Another problem is that patients outside the ICU aren't hooked up to as many machines taking measurements that can be fed into the algorithm. The sepsis code uses more than 25. Hopkins is working on wireless technology that could increase the number of patients under surveillance in other departments, such as the emergency room.
There could also be "alarm fatigue," in which beeps and notifications are ignored because so many signals turn out to be false.

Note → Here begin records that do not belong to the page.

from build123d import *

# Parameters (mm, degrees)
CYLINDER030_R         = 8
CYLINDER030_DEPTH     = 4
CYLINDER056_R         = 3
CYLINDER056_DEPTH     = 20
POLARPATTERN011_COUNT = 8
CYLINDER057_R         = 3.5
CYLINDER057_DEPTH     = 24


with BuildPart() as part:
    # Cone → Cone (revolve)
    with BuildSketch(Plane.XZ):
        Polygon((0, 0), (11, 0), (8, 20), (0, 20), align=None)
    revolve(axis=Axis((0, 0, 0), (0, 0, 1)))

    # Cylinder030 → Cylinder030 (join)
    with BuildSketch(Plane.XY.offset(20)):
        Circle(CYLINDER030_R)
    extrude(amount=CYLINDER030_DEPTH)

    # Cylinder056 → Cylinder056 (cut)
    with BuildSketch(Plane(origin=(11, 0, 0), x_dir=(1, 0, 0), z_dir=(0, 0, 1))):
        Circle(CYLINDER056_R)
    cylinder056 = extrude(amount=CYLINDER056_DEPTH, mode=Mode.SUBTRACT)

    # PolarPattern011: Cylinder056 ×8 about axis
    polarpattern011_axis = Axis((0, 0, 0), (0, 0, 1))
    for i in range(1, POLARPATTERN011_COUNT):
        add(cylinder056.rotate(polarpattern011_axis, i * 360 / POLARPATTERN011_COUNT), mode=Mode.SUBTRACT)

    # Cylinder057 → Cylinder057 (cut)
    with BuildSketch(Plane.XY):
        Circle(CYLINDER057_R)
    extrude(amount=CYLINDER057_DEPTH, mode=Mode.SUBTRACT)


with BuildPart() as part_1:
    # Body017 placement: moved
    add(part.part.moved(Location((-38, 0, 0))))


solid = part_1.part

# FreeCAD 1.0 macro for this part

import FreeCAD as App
import Part
import Sketcher

doc = App.newDocument("Part")
body = doc.addObject("PartDesign::Body", "Body")

# Sketch on XZ plane
sketch1 = body.newObject("Sketcher::SketchObject", "Sketch")
sketch1.AttachmentSupport = (doc.getObject("XZ_Plane"), [""])
sketch1.MapMode = "FlatFace"
sketch1.addGeometry(Part.LineSegment(App.Vector(0, 0, 0), App.Vector(11, 0, 0)), False)
sketch1.addGeometry(Part.LineSegment(App.Vector(11, 0, 0), App.Vector(8, 20, 0)), False)
sketch1.addGeometry(Part.LineSegment(App.Vector(8, 20, 0), App.Vector(0, 20, 0)), False)
sketch1.addGeometry(Part.LineSegment(App.Vector(0, 20, 0), App.Vector(0, 0, 0)), False)
sketch1.addConstraint(Sketcher.Constraint("Coincident", 0, 2, 1, 1))
sketch1.addConstraint(Sketcher.Constraint("Coincident", 1, 2, 2, 1))
sketch1.addConstraint(Sketcher.Constraint("Coincident", 2, 2, 3, 1))
sketch1.addConstraint(Sketcher.Constraint("Coincident", 3, 2, 0, 1))
sketch1.addConstraint(Sketcher.Constraint("Horizontal", 0))
sketch1.addConstraint(Sketcher.Constraint("Horizontal", 2))
sketch1.addConstraint(Sketcher.Constraint("Vertical", 3))
sketch1.addConstraint(Sketcher.Constraint("Coincident", 3, 2, -1, 1))
sketch1.addConstraint(Sketcher.Constraint("DistanceX", 0, 1, 0, 2, 11.0))
sketch1.addConstraint(Sketcher.Constraint("DistanceX", 2, 2, 2, 1, 8.0))
sketch1.addConstraint(Sketcher.Constraint("DistanceY", 3, 2, 3, 1, 20.0))
revolution = body.newObject("PartDesign::Revolution", "Revolution")
revolution.Profile = sketch1
revolution.ReferenceAxis = (sketch1, ["V_Axis"])
revolution.Angle = 360

# Sketch on XY plane
sketch2 = body.newObject("Sketcher::SketchObject", "Sketch001")
sketch2.AttachmentSupport = (doc.getObject("XY_Plane"), [""])
sketch2.MapMode = "FlatFace"
sketch2.AttachmentOffset = App.Placement(App.Vector(0, 0, 20), App.Rotation())
sketch2.addGeometry(Part.Circle(App.Vector(0, 0, 0), App.Vector(0, 0, 1), 8), False)
sketch2.addConstraint(Sketcher.Constraint("Coincident", 0, 3, -1, 1))
sketch2.addConstraint(Sketcher.Constraint("Diameter", 0, 16.0))
pad1 = body.newObject("PartDesign::Pad", "Pad")
pad1.Profile = sketch2
pad1.Length = 4

# Sketch on XY plane
sketch3 = body.newObject("Sketcher::SketchObject", "Sketch002")
sketch3.AttachmentSupport = (doc.getObject("XY_Plane"), [""])
sketch3.MapMode = "FlatFace"
sketch3.addGeometry(Part.Circle(App.Vector(11, 0, 0), App.Vector(0, 0, 1), 3), False)
sketch3.addConstraint(Sketcher.Constraint("PointOnObject", 0, 3, -1))
sketch3.addConstraint(Sketcher.Constraint("Diameter", 0, 6.0))
sketch3.addConstraint(Sketcher.Constraint("DistanceX", -1, 1, 0, 3, 11.0))
pocket1 = body.newObject("PartDesign::Pocket", "Pocket")
pocket1.Profile = sketch3
pocket1.Length = 20
pocket1.Reversed = True
doc.recompute()

polarpattern = body.newObject("PartDesign::PolarPattern", "PolarPattern")
polarpattern.Originals = [pocket1]
polarpattern.Axis = (doc.getObject("Z_Axis"), [""])
polarpattern.Angle = 360
polarpattern.Occurrences = 8
body.Tip = polarpattern

# Sketch on XY plane
sketch4 = body.newObject("Sketcher::SketchObject", "Sketch003")
sketch4.AttachmentSupport = (doc.getObject("XY_Plane"), [""])
sketch4.MapMode = "FlatFace"
sketch4.addGeometry(Part.Circle(App.Vector(0, 0, 0), App.Vector(0, 0, 1), 3.5), False)
sketch4.addConstraint(Sketcher.Constraint("Coincident", 0, 3, -1, 1))
sketch4.addConstraint(Sketcher.Constraint("Diameter", 0, 7.0))
pocket2 = body.newObject("PartDesign::Pocket", "Pocket001")
pocket2.Profile = sketch4
pocket2.Length = 24
pocket2.Reversed = True
body2 = doc.addObject("PartDesign::Body", "Body001")
doc.recompute()

body.Placement = App.Placement(App.Vector(-38, 0, 0), App.Rotation(App.Vector(0, 0, 1), 0))
boolean = body2.newObject("PartDesign::Boolean", "Boolean")
boolean.Type = "Fuse"
boolean.addObjects([body])

doc.recompute()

If the system is used, researchers will study whether it actually helps reduce sepsis cases and improves patient outcomes.
"We still have to prove it works in the real world," said Pronovost, who directs Johns Hopkins' Armstrong Institute for Patient Safety and Quality. "In theory, it would. It did in the study. Clinicians won't have to guess, they'd have a visual display."
The notice of potential sepsis could come more than 24 hours before caregivers would normally suspect the condition. That's critical time, Pronovost said: studies show that every hour patients' sepsis goes untreated increases their risk of death by 8 percent.
The protocols for caregivers would likely be the same as they are now, he said, just implemented sooner. Those come from the Surviving Sepsis Campaign in 2004, and were developed by the Society of Critical Care Medicine and the European Society of Intensive Care Medicine.
The protocols were created in response to a "massive public health problem" that most people don't understand, said Dr. Craig Coopersmith, president of the U.S.-based society and a professor of surgery in the Emory University School of Medicine.
Despite its relative anonymity, he said, sepsis is likely the No. 2 killer worldwide after heart disease.
While the group's advice has brought the rate of mortality down, he said, more people are dying because the number of cases has been rising. He said the reason for the increase could be an aging population, more drug-resistant bacteria or more medical interventions.
Coopersmith said compliance with the protocols is far from universal — a recent study found only 19 percent of hospitals in 62 countries were following them within three hours of suspecting sepsis. Compliance rose to 36 percent at six hours.
If the Hopkins algorithm is proved and adopted by other hospitals, he said, the alerts could spur clinicians to act when treatments can make the biggest difference.
"If we catch sepsis in early stages and nip it in the bud, we prevent all downstream bad effects," he said. "It's so devastating for families, and nurses and doctors, to watch patients deteriorate. … I'm extraordinarily excited about the potential."
Hospitals in the United States are under increasing pressure from federal regulators to reduce "preventable harm" from serious infections, among other causes.
Pronovost and Saria are working on other "big data" projects to predict disease. Already, some hospitals use computer code to determine who might be readmitted to the hospital in 30 days. Readmissions are one of the measures that federal regulators use to penalize facilities financially.
The Maryland Hospital Association and a patient safety center it supports have an initiative to reduce sepsis and serious infections. They reported a 32 percent drop in cases from 2013 to 2014.
Hospitals are trying to determine how to sustain and expand the drop, said Nicole Stallings, the association's vice president of policy and data analytics.
Critical care doctors have been hunting for ways to reduce sepsis. They are rooting for the Hopkins algorithm.
Dr. Allan Walkey, an assistant professor of medicine in Boston University's School of Medicine who studies the disease, said it's a "major and underappreciated" health problem.
He said it's unclear whether the Hopkins code will have the same accuracy when it's applied in real-world situations and in different hospital settings, and whether the alerts actually prompt change in clinical practice and patient outcomes.
But he said the researchers appear to be taking "a first step toward answering some of these questions."